_Task to complete_
Reproduce, exactly and in full, only the lines below from the one containing "#238=ORIENTED_EDGE('',*,*,#157,.T.);" through the one containing "#254=PLANE('',#36);".

[Data extracted from a collection]
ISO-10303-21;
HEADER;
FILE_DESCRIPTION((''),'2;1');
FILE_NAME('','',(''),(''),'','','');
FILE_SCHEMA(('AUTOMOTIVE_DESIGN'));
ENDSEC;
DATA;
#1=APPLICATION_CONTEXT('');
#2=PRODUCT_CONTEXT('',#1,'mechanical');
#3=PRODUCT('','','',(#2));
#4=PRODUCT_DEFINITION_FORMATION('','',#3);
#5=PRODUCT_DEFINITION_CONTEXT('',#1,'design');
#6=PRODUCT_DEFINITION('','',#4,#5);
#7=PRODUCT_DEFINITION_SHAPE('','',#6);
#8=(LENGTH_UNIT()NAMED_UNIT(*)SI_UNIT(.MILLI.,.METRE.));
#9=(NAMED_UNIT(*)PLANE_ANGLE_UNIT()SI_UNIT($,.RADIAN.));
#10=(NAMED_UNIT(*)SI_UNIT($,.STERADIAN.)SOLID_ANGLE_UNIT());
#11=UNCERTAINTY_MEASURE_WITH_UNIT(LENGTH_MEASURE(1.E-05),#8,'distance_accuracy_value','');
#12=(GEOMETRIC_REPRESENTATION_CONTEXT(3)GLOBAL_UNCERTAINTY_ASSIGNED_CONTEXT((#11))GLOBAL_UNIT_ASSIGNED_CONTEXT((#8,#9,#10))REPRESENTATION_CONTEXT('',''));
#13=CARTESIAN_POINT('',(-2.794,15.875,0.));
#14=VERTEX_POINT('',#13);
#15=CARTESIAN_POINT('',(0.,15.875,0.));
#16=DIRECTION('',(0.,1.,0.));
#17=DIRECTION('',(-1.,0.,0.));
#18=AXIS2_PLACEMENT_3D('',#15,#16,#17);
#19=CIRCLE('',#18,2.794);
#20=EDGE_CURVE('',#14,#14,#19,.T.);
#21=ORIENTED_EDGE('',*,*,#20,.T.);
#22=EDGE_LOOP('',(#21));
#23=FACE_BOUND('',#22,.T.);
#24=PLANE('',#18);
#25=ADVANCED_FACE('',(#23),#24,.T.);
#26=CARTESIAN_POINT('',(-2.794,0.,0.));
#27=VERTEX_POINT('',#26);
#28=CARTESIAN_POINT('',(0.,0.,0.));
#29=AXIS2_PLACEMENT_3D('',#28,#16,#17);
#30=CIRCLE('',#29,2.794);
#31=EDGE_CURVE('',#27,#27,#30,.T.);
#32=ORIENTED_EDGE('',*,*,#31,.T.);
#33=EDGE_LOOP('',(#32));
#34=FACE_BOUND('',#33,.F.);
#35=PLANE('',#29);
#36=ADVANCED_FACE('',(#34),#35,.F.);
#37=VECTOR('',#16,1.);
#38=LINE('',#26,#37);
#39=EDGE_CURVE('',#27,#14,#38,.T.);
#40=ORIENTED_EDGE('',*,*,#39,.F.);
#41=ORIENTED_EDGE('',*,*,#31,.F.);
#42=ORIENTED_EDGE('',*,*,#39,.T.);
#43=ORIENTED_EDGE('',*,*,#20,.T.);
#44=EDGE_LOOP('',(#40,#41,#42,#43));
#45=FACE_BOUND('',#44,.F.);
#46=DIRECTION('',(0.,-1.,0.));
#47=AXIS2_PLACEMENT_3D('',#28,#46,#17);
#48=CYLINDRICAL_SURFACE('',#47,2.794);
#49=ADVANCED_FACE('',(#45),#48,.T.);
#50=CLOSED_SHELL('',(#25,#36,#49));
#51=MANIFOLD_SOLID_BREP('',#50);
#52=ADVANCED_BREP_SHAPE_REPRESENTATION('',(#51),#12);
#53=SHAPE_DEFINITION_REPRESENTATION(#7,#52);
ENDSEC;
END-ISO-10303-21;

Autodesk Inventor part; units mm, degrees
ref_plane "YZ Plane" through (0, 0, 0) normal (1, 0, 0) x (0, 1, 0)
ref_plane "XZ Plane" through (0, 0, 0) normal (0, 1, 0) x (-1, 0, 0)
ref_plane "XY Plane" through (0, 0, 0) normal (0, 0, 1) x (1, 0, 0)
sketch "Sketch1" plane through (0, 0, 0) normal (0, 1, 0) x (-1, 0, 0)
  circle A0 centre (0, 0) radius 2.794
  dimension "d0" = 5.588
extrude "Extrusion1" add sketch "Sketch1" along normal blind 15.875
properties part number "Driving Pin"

---

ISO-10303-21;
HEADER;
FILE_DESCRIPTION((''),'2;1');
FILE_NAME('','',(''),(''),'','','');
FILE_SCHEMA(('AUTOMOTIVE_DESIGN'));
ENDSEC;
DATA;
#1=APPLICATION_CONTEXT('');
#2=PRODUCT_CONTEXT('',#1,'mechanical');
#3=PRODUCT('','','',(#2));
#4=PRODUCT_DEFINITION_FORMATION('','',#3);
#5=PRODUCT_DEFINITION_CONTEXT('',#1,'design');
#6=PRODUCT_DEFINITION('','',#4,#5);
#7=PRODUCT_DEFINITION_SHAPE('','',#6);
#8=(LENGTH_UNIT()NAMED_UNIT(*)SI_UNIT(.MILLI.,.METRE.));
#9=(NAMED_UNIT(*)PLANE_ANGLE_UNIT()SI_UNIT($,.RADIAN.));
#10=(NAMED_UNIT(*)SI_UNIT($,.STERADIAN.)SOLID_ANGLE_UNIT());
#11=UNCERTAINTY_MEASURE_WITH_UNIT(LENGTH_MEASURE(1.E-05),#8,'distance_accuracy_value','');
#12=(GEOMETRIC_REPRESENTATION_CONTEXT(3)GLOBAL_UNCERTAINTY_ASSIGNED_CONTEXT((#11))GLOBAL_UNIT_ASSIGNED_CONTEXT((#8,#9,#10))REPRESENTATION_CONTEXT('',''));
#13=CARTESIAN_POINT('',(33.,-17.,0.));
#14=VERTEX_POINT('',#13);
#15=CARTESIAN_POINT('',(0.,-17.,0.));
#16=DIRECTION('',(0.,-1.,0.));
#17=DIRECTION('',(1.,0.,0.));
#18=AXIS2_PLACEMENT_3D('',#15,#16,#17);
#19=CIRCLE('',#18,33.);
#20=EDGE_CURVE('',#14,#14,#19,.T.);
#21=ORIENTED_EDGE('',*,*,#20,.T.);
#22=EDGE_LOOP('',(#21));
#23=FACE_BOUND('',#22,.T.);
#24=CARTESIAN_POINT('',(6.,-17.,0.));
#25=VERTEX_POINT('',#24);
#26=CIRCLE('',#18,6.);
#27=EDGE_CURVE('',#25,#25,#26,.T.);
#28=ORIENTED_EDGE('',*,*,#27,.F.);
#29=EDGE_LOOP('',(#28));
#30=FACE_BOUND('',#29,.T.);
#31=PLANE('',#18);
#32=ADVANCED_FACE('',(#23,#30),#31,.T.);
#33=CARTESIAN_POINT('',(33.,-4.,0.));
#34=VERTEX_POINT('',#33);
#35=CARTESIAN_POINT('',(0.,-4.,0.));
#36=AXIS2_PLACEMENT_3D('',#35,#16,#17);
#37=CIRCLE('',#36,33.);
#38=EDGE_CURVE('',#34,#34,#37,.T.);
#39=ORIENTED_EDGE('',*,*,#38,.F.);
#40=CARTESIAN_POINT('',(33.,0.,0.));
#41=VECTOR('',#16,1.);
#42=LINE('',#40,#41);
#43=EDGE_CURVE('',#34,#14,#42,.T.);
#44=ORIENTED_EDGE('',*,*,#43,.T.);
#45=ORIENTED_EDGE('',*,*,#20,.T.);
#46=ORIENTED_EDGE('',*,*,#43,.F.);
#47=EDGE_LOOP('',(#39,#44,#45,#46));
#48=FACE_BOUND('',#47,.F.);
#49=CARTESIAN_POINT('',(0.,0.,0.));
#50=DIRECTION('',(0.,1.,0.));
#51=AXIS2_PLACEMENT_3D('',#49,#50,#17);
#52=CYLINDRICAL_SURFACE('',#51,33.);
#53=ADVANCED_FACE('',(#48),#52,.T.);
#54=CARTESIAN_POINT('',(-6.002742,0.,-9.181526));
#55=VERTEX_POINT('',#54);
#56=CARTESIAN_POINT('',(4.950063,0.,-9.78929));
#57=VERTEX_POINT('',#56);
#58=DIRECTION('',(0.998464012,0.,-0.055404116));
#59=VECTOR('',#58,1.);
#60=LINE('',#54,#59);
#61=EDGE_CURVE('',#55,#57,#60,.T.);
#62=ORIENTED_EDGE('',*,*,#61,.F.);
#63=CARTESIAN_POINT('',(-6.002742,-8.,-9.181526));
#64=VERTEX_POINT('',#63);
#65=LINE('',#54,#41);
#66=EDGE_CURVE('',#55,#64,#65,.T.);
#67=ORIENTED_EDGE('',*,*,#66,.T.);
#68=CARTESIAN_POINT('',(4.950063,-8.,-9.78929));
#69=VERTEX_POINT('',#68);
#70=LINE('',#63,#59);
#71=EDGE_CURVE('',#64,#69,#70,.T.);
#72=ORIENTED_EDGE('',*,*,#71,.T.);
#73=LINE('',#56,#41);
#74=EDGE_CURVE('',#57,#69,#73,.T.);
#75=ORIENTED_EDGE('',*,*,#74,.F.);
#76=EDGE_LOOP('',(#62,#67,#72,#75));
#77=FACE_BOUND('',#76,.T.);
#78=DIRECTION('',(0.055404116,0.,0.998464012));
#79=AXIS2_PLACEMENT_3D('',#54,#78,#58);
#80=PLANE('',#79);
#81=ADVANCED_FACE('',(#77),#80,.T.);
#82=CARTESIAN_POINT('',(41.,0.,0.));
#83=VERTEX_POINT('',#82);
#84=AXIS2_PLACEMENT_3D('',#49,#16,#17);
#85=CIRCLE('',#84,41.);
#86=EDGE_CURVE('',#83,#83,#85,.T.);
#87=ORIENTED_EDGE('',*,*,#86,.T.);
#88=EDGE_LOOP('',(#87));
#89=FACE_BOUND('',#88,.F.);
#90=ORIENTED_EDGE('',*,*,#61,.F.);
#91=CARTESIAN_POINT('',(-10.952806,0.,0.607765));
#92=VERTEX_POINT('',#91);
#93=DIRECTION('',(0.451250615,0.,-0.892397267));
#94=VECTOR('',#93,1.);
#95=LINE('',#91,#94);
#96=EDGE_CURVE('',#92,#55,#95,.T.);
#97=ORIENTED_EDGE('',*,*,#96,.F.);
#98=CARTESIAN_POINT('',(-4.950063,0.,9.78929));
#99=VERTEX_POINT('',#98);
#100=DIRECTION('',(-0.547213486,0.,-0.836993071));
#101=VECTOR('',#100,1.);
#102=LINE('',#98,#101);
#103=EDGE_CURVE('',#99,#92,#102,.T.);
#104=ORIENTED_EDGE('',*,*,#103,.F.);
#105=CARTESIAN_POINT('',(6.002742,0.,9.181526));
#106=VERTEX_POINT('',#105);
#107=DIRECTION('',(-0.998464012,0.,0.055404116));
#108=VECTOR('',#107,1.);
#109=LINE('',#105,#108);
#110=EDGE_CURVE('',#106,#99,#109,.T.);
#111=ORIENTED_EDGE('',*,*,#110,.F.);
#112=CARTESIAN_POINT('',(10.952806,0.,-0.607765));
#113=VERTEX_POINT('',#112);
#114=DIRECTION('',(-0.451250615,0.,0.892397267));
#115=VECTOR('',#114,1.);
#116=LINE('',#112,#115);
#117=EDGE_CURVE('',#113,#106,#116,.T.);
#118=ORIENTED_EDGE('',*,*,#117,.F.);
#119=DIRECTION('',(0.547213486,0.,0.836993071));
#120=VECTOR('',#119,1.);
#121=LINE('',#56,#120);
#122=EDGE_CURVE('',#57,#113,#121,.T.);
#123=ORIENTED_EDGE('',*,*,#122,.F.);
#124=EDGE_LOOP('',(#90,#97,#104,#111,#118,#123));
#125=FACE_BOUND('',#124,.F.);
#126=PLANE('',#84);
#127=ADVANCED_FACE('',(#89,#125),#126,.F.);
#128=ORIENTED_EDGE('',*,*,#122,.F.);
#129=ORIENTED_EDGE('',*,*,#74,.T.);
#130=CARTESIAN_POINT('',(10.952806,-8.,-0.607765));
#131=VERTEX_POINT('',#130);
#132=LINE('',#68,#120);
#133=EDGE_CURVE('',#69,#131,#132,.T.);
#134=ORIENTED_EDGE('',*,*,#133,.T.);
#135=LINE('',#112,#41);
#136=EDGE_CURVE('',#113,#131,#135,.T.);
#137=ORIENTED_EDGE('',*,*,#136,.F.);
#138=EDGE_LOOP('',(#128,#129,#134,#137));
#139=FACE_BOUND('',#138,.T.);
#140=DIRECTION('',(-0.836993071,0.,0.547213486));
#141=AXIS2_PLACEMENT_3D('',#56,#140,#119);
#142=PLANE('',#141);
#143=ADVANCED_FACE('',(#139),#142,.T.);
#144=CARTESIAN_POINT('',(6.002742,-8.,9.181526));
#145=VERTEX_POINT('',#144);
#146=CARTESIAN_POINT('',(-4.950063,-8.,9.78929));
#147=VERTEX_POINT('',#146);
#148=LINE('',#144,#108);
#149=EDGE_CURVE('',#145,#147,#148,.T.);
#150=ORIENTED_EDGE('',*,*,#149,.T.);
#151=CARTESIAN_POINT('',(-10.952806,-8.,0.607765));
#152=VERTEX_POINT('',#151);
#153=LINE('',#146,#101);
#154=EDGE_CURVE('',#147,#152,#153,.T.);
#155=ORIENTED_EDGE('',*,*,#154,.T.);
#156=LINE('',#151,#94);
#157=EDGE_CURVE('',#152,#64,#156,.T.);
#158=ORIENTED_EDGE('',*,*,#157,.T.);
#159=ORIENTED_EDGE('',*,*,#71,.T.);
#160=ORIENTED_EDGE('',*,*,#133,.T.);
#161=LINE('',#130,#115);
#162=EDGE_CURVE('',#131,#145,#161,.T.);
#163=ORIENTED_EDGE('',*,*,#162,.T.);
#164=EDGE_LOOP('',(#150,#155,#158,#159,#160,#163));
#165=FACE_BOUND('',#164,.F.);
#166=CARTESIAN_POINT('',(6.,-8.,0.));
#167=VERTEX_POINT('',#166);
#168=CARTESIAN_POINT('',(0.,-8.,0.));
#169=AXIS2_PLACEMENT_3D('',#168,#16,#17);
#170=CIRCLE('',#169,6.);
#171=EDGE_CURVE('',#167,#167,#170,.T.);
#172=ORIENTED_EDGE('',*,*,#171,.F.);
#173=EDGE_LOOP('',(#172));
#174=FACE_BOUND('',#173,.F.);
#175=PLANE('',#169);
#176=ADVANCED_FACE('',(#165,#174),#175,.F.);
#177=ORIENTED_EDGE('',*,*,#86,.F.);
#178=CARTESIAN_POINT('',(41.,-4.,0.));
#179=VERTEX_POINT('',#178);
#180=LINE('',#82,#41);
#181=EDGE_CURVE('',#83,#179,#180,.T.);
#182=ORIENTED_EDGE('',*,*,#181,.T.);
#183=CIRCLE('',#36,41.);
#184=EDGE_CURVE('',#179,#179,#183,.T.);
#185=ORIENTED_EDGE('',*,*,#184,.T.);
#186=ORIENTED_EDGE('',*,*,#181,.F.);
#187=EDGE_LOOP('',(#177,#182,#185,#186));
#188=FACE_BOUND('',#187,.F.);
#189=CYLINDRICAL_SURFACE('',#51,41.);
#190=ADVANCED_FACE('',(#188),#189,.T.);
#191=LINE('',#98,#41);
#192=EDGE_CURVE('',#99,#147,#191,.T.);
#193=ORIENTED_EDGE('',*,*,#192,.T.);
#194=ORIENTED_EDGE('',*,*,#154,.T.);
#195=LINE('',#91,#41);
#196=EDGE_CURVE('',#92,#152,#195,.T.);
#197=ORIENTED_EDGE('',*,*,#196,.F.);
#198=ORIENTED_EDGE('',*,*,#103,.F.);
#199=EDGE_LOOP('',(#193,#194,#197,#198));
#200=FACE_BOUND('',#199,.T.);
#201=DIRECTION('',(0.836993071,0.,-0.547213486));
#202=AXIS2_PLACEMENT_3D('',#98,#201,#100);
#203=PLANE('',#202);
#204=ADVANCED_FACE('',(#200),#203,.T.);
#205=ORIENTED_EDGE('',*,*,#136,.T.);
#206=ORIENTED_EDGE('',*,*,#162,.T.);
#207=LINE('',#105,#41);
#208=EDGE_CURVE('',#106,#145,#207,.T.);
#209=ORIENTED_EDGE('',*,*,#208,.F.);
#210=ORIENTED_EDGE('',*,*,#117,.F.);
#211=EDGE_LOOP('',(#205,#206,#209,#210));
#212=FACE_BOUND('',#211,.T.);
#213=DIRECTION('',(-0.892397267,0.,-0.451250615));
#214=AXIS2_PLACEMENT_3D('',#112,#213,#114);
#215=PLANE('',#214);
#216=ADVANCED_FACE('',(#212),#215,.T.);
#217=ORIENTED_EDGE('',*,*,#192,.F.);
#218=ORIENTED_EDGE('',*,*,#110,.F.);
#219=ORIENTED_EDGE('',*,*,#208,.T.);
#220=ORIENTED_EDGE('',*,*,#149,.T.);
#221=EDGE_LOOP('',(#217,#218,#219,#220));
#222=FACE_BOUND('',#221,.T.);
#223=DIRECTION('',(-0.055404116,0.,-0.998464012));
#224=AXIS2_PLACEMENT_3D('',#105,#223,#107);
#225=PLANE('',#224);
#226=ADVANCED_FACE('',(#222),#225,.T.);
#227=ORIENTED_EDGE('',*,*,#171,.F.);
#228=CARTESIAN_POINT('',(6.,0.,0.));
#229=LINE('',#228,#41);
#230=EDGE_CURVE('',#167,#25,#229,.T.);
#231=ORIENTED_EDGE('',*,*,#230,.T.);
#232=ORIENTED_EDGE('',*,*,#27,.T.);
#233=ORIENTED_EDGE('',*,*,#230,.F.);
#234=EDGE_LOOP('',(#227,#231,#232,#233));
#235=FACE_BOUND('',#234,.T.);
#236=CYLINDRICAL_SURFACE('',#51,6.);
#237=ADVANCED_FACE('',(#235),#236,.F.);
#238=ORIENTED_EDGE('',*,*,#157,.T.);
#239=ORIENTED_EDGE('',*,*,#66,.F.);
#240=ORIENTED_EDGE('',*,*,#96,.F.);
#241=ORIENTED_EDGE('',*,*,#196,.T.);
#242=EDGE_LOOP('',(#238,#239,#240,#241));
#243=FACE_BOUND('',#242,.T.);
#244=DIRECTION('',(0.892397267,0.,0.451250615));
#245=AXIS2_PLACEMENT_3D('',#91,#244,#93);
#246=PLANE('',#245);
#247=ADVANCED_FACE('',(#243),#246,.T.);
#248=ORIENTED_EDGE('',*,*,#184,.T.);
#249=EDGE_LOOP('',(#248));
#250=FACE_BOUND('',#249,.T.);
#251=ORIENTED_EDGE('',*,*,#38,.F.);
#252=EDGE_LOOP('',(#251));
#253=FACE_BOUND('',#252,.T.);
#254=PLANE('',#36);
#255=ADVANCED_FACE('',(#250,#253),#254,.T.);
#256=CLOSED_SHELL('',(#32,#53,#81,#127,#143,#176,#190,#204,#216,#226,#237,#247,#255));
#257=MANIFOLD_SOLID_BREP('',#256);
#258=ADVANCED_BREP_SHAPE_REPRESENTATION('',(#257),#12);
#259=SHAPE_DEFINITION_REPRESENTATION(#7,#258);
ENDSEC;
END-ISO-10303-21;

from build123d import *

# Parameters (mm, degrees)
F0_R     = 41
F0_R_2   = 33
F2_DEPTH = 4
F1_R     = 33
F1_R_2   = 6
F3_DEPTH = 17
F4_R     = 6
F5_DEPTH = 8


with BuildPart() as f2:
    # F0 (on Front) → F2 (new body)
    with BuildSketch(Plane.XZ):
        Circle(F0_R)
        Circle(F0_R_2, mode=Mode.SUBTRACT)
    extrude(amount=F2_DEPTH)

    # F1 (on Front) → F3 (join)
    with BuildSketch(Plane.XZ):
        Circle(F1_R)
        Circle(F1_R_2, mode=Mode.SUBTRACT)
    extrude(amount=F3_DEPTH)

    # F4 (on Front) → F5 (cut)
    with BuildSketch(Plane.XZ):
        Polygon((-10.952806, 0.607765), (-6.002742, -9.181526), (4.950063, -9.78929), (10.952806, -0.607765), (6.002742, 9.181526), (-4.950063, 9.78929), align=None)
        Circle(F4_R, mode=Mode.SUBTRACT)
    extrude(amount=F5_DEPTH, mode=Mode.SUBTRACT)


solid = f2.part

_Answer box_
#238=ORIENTED_EDGE('',*,*,#157,.T.);
#239=ORIENTED_EDGE('',*,*,#66,.F.);
#240=ORIENTED_EDGE('',*,*,#96,.F.);
#241=ORIENTED_EDGE('',*,*,#196,.T.);
#242=EDGE_LOOP('',(#238,#239,#240,#241));
#243=FACE_BOUND('',#242,.T.);
#244=DIRECTION('',(0.892397267,0.,0.451250615));
#245=AXIS2_PLACEMENT_3D('',#91,#244,#93);
#246=PLANE('',#245);
#247=ADVANCED_FACE('',(#243),#246,.T.);
#248=ORIENTED_EDGE('',*,*,#184,.T.);
#249=EDGE_LOOP('',(#248));
#250=FACE_BOUND('',#249,.T.);
#251=ORIENTED_EDGE('',*,*,#38,.F.);
#252=EDGE_LOOP('',(#251));
#253=FACE_BOUND('',#252,.T.);
#254=PLANE('',#36);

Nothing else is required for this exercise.